Cashmere Mafia: Four women experiencing life and love in the Big Apple. Not too surprisingly, comparisons are made to this show with Darren Star's other series Sex and the City. Star plays them down, but says he hopes that people embrace the new series as much as they did SATC. Lucy Liu says that Patricia Field is the show's costumer. Say, didn't she dress Carrie, Samantha, Miranda and Charlotte? "She knows what not to repeat," says Liu.
Cast member Bonnie Somerville says that in real-life women aren't out to steal other women's husbands, but then jokes that she heard co-star Miranda Otto's mate is cute. Bonnie says that New York City will also be a character on Starr's new show. We are now officially sooo off the hook for making SATC comparisons.
Carpoolers: Four different men share the same carpool lane. This is a fun group. When Jerry O'Connell, who plays cheesy dentist Laird, says he runs his lines at home with bride Rebecca Romijn, a fellow panelist jokes, "Yeah, married nine days -- that's what they're doing."
What do you think of Cavemen as a lead-in? "That's a funny show," swears Bruce McCulloch, executive producer/creator. (Boy, the Cavemen group could've used Bruce for its panel.) Faith Ford gets an inadvertent laugh from the critics when she says she's interested in knowing what guys do when they're by themselves.
Co-star T.J. Miller's wearing a red warm-up suit. His choice of a sight gag is a good one because it's really chilly in here. ABC is working on getting the temperature up. It got us that Lost casting scoop away from those Comic-Con people. I'm betting they make this happen, too.
Dirty, Sexy, Money: Six Feet Under's Peter Krause returns to network TV as Nick George, a lawyer that hides the secrets of a filthy rich family. Craig Wright, who created the series, could give executive Jonathan Prince (Cane) a run for his money in terms of enthusiasm. He's got to be the only panelist who's ever asked a reporter his name during a panel session. "ABC has a great history of titling TV shows," says Wright. "This title perfectly captures the attractive and reflective nature of the show. The title is genius and I'm happy to have it."
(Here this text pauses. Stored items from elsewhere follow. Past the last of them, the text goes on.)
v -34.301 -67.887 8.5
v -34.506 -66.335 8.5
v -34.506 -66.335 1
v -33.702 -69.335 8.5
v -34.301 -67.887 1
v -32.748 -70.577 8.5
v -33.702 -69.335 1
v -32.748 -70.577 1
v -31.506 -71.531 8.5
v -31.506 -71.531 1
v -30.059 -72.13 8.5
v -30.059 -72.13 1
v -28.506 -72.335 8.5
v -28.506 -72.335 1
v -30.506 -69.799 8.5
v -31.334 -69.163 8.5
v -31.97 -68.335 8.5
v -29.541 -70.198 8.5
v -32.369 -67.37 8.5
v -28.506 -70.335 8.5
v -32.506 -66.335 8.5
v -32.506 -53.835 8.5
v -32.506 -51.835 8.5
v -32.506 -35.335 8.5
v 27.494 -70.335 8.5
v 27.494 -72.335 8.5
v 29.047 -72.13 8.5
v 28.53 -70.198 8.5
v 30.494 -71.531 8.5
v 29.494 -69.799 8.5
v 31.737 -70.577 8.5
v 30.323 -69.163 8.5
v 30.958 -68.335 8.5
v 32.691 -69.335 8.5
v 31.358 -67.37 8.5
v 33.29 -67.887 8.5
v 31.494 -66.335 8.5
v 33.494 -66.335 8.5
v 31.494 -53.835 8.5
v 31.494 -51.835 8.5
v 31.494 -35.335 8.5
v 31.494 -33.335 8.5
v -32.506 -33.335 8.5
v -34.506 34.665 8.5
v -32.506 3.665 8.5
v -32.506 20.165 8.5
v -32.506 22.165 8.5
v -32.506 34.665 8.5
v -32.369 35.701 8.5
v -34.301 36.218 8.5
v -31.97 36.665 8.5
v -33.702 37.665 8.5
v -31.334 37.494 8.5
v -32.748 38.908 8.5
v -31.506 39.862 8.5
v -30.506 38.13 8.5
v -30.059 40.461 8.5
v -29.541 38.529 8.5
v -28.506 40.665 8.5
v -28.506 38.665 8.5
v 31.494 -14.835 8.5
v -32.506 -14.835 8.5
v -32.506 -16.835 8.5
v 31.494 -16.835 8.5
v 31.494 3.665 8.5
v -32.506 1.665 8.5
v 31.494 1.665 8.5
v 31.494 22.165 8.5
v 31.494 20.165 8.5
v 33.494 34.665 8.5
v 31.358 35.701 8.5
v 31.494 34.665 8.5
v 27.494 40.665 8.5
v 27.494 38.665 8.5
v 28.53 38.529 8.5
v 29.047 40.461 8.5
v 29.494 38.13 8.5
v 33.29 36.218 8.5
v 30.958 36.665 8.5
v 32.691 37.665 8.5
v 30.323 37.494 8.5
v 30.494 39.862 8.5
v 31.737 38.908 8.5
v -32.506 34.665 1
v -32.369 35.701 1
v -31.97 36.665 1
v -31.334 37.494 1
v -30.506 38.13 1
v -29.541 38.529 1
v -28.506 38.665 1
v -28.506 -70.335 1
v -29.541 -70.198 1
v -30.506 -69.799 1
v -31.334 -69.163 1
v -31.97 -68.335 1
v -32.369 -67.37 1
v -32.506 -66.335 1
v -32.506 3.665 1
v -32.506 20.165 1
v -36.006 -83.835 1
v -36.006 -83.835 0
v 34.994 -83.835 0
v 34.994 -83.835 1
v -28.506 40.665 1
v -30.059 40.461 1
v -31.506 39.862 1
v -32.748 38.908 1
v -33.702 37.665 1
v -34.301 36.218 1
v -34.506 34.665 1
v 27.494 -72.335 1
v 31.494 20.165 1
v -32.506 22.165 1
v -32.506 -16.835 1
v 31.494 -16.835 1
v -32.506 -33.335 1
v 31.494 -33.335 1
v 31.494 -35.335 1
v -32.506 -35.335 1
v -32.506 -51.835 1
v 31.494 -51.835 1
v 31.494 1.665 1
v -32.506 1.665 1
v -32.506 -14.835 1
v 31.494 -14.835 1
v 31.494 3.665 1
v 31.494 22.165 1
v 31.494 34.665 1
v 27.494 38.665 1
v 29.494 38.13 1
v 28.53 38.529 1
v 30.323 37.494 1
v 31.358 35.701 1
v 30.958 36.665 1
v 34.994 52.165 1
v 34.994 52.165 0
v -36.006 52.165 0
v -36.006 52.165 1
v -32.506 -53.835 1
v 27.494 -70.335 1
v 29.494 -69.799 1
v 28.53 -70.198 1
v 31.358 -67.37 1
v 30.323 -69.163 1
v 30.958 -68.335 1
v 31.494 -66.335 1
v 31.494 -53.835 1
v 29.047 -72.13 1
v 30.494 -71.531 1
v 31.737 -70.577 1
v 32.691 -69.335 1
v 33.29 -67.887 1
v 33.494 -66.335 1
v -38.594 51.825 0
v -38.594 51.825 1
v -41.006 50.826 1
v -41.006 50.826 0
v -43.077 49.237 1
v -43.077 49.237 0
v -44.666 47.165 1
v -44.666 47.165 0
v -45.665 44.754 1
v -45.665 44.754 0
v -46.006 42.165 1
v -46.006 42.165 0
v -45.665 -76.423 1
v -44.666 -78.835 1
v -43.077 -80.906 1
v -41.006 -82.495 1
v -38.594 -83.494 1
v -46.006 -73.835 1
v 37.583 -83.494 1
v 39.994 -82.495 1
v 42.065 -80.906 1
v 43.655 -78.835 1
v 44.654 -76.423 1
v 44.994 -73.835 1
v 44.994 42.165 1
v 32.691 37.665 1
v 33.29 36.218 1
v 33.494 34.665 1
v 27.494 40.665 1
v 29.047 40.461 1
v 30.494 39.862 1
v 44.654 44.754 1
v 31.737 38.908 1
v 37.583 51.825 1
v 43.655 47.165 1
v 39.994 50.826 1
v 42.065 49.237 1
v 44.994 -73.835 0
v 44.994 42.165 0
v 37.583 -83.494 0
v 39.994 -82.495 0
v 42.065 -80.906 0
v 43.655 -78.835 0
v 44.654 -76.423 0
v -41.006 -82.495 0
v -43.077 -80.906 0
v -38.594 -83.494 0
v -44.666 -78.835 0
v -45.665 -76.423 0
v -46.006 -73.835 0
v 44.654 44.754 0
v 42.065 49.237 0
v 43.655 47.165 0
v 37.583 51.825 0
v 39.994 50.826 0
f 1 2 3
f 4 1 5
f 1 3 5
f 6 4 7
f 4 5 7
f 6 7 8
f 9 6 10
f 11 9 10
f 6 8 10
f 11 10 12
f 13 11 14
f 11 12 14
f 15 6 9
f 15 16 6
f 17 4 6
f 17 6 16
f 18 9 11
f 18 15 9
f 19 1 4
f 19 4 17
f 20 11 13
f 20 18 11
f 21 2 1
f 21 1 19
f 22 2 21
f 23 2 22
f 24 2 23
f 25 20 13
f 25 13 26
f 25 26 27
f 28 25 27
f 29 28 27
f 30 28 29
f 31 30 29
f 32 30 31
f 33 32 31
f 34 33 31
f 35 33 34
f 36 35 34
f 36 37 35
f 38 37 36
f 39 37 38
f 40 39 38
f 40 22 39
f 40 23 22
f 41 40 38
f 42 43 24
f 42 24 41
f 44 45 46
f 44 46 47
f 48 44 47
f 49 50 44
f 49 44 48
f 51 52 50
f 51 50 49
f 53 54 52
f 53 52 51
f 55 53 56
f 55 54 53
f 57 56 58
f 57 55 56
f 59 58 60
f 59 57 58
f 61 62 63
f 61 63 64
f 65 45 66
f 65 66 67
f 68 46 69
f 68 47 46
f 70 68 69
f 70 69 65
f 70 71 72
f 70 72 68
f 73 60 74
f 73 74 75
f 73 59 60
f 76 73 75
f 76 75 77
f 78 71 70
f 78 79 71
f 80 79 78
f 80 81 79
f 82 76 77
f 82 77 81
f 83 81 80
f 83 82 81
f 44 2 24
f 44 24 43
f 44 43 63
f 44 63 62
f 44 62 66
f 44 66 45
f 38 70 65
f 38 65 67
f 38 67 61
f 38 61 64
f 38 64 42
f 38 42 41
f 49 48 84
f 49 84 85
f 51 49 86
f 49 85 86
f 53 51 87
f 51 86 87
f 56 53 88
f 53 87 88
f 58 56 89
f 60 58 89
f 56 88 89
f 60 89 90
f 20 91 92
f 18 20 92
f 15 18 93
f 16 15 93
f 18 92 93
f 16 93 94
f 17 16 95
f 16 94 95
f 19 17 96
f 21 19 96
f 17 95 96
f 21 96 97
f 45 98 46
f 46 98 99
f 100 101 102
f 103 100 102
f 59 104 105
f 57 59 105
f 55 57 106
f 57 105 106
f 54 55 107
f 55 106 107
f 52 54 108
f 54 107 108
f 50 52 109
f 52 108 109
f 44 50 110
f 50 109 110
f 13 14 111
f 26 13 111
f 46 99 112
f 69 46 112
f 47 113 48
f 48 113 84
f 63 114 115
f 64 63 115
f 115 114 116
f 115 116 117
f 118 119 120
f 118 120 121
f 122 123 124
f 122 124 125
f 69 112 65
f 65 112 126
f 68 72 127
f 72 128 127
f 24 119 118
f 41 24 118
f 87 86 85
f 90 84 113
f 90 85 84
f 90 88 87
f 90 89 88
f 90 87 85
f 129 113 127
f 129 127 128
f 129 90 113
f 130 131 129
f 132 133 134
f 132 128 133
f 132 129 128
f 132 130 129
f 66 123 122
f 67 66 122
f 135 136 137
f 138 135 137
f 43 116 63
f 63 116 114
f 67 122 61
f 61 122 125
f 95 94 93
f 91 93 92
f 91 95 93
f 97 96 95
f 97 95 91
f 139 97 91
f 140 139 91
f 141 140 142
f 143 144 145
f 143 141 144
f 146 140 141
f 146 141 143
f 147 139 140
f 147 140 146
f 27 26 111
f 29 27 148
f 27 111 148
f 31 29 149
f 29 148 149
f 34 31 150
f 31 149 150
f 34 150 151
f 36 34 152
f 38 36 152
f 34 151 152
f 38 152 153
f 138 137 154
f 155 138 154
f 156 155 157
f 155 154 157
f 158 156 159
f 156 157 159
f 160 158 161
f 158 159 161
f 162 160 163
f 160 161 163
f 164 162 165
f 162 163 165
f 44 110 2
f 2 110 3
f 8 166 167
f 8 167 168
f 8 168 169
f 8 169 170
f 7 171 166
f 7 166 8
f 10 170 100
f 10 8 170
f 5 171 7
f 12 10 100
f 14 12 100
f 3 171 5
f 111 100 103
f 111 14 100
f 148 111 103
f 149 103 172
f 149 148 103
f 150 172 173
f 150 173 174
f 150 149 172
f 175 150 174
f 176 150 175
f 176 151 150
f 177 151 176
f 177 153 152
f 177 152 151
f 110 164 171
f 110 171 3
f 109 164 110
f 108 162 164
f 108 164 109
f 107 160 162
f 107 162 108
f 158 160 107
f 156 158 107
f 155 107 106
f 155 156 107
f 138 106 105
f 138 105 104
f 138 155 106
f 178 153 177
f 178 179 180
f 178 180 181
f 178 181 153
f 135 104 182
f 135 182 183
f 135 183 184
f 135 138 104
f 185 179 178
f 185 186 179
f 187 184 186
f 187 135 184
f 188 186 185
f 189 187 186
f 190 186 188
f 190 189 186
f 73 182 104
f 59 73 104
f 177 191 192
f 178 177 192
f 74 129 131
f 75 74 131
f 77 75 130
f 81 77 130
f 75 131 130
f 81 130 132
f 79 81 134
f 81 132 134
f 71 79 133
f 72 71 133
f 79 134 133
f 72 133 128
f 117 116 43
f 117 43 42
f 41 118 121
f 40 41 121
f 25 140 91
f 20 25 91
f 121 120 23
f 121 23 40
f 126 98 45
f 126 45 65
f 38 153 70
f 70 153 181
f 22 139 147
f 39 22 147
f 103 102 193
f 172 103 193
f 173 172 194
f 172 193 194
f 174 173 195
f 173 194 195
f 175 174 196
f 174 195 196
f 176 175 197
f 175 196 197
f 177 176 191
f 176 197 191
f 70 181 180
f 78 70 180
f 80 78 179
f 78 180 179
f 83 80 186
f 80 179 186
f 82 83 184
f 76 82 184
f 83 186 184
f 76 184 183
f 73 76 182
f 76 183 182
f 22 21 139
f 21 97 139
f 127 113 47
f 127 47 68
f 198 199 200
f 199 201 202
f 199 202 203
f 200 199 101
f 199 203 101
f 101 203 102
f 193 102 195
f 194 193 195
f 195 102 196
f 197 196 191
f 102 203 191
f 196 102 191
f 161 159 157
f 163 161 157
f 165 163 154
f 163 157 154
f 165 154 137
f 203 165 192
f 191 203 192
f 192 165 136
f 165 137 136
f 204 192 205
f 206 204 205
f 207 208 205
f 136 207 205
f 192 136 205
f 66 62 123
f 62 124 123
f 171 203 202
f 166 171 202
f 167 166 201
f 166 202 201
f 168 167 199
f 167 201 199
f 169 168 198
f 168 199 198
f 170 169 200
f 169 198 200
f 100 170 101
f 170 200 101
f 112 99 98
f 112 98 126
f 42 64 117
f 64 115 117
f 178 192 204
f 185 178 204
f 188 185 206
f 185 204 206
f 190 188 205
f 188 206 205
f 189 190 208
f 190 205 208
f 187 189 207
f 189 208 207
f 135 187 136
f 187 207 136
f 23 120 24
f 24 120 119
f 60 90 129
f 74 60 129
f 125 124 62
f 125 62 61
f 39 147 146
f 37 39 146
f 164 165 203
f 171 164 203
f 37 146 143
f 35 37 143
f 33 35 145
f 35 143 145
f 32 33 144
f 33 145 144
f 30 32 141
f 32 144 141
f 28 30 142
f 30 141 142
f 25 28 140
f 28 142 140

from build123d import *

# Parameters (mm, degrees)
F0_W     = 64
F0_H     = 16.5
F1_DEPTH = 1
F2_DEPTH = 8.5
F0_H_2   = 2
F3_DEPTH = 8.5


with BuildPart() as f1:
    # F0 (on Top) → F1 (new body)
    with BuildSketch(Plane.XY):
        with BuildLine():
            Line((34.994369, 52.165454), (-36.005631, 52.165454))
            ThreePointArc((-36.005631, 52.165454), (-43.076699, 49.236522), (-46.005631, 42.165454))
            Line((-46.005631, 42.165454), (-46.005631, -73.834546))
            ThreePointArc((-46.005631, -73.834546), (-43.076699, -80.905614), (-36.005631, -83.834546))
            Line((-36.005631, -83.834546), (34.994369, -83.834546))
            ThreePointArc((34.994369, -83.834546), (42.065437, -80.905614), (44.994369, -73.834546))
            Line((44.994369, -73.834546), (44.994369, 42.165454))
            ThreePointArc((44.994369, 42.165454), (42.065437, 49.236522), (34.994369, 52.165454))
        make_face()
        with BuildLine():
            ThreePointArc((-38.505631, 34.665454), (-35.576699, 41.736522), (-28.505631, 44.665454))
            Line((-28.505631, 44.665454), (27.494369, 44.665454))
            ThreePointArc((27.494369, 44.665454), (34.565437, 41.736522), (37.494369, 34.665454))
            Line((37.494369, 34.665454), (37.494369, -66.334546))
            ThreePointArc((37.494369, -66.334546), (34.565437, -73.405614), (27.494369, -76.334546))
            Line((27.494369, -76.334546), (-28.505631, -76.334546))
            ThreePointArc((-28.505631, -76.334546), (-35.576699, -73.405614), (-38.505631, -66.334546))
            Line((-38.505631, -66.334546), (-38.505631, 34.665454))
        make_face(mode=Mode.SUBTRACT)
        with BuildLine():
            Line((27.494369, 44.665454), (-28.505631, 44.665454))
            ThreePointArc((-28.505631, 44.665454), (-35.576699, 41.736522), (-38.505631, 34.665454))
            Line((-38.505631, 34.665454), (-38.505631, -66.334546))
            ThreePointArc((-38.505631, -66.334546), (-35.576699, -73.405614), (-28.505631, -76.334546))
            Line((-28.505631, -76.334546), (27.494369, -76.334546))
            ThreePointArc((27.494369, -76.334546), (34.565437, -73.405614), (37.494369, -66.334546))
            Line((37.494369, -66.334546), (37.494369, 34.665454))
            ThreePointArc((37.494369, 34.665454), (34.565437, 41.736522), (27.494369, 44.665454))
        make_face()
        with BuildLine():
            ThreePointArc((-36.505631, 34.665454), (-34.162485, 40.322309), (-28.505631, 42.665454))
            Line((-28.505631, 42.665454), (27.494369, 42.665454))
            ThreePointArc((27.494369, 42.665454), (33.151223, 40.322309), (35.494369, 34.665454))
            Line((35.494369, 34.665454), (35.494369, -66.334546))
            ThreePointArc((35.494369, -66.334546), (33.151223, -71.9914), (27.494369, -74.334546))
            Line((27.494369, -74.334546), (-28.505631, -74.334546))
            ThreePointArc((-28.505631, -74.334546), (-34.162485, -71.9914), (-36.505631, -66.334546))
            Line((-36.505631, -66.334546), (-36.505631, 34.665454))
        make_face(mode=Mode.SUBTRACT)
        with BuildLine():
            Line((27.494369, 42.665454), (-28.505631, 42.665454))
            ThreePointArc((-28.505631, 42.665454), (-34.162485, 40.322309), (-36.505631, 34.665454))
            Line((-36.505631, 34.665454), (-36.505631, -66.334546))
            ThreePointArc((-36.505631, -66.334546), (-34.162485, -71.9914), (-28.505631, -74.334546))
            Line((-28.505631, -74.334546), (27.494369, -74.334546))
            ThreePointArc((27.494369, -74.334546), (33.151223, -71.9914), (35.494369, -66.334546))
            Line((35.494369, -66.334546), (35.494369, 34.665454))
            ThreePointArc((35.494369, 34.665454), (33.151223, 40.322309), (27.494369, 42.665454))
        make_face()
        with BuildLine():
            ThreePointArc((-34.505631, 34.665454), (-32.748272, 38.908095), (-28.505631, 40.665454))
            Line((-28.505631, 40.665454), (27.494369, 40.665454))
            ThreePointArc((27.494369, 40.665454), (31.73701, 38.908095), (33.494369, 34.665454))
            Line((33.494369, 34.665454), (33.494369, -66.334546))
Peter's nice. The supporting cast panel isn't being asked many questions, but as Peter refers to their character, he points to them and mentions the actor's name.
Co-stars Jill Clayburgh, Donald Sutherland and Billy Baldwin can't be there because they're shooting scenes, so no questions for them.
Samarie Armstrong, who worked with Lindsay Lohan in Just My Luck, is asked how she feels about Lohan's current woes. Armstrong says she'd like to comment on Lohan, but takes a pass because she feels it doesn't add to the show.
"We wish Lindsay the best and hope she finds happiness," says Wright.
Tonight: a mixer with ABC publicists and hopefully, the sharing of a lot of off the record stories.
Thursday: Day 2 of ABC and the summer 2007 TCA press tour (whew!) comes to an end.